DIRECTIONS FOR THIS TASK - Lift out, unaltered, the lines of the material below between the line holding "solid = part.part" and the line holding "The same part", counting both.

========================================

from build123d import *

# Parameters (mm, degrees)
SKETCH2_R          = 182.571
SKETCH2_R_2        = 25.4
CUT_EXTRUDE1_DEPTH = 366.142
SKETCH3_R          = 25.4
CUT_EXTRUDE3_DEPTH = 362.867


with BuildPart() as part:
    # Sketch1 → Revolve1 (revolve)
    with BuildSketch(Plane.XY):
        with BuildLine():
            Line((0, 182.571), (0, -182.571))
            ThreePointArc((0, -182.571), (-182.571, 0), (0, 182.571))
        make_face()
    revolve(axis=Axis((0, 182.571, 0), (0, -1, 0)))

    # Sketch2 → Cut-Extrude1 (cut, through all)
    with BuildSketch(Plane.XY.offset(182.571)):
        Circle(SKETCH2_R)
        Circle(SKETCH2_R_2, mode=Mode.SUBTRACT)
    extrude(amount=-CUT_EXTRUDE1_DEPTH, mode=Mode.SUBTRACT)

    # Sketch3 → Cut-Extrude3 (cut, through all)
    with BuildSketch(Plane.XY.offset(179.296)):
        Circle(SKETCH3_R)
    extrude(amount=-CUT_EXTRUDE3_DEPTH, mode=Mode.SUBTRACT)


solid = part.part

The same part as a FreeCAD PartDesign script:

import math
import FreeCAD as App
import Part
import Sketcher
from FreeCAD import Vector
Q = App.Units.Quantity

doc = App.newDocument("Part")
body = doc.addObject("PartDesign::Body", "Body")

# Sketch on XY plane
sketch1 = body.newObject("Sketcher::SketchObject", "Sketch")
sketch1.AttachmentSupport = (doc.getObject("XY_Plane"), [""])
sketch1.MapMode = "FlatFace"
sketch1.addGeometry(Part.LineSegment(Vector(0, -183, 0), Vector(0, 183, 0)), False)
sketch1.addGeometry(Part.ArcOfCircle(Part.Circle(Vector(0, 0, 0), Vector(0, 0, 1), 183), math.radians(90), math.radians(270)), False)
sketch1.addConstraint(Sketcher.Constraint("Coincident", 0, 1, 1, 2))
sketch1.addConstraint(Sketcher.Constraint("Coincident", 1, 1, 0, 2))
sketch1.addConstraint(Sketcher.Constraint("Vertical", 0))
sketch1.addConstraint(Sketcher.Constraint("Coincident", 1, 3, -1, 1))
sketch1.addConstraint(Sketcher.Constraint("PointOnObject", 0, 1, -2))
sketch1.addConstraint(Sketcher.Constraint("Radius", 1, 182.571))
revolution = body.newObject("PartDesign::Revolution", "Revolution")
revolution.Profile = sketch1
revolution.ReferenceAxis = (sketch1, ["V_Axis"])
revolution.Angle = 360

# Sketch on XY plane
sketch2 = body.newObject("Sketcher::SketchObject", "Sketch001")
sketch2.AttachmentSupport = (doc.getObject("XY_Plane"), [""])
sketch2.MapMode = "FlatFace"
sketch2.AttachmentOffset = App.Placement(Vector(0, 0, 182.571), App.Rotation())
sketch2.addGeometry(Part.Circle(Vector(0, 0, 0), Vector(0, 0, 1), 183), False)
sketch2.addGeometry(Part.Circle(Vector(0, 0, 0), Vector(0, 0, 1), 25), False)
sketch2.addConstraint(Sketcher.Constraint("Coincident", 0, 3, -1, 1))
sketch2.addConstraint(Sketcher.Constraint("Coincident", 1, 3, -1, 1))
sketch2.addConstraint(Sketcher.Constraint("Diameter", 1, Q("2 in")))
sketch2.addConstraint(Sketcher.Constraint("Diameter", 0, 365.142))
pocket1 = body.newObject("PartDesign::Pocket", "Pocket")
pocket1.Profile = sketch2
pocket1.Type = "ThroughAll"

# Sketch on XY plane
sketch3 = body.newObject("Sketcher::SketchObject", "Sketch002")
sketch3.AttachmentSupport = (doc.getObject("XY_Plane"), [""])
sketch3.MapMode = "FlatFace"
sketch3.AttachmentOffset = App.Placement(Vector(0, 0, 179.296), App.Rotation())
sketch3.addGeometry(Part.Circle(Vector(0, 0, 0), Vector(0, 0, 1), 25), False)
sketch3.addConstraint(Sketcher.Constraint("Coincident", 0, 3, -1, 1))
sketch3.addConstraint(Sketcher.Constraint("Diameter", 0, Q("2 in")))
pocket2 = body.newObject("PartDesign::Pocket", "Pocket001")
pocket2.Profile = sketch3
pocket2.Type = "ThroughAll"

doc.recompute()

========================================

RESULT OF THE TASK -
solid = part.part

The same part as a FreeCAD PartDesign script:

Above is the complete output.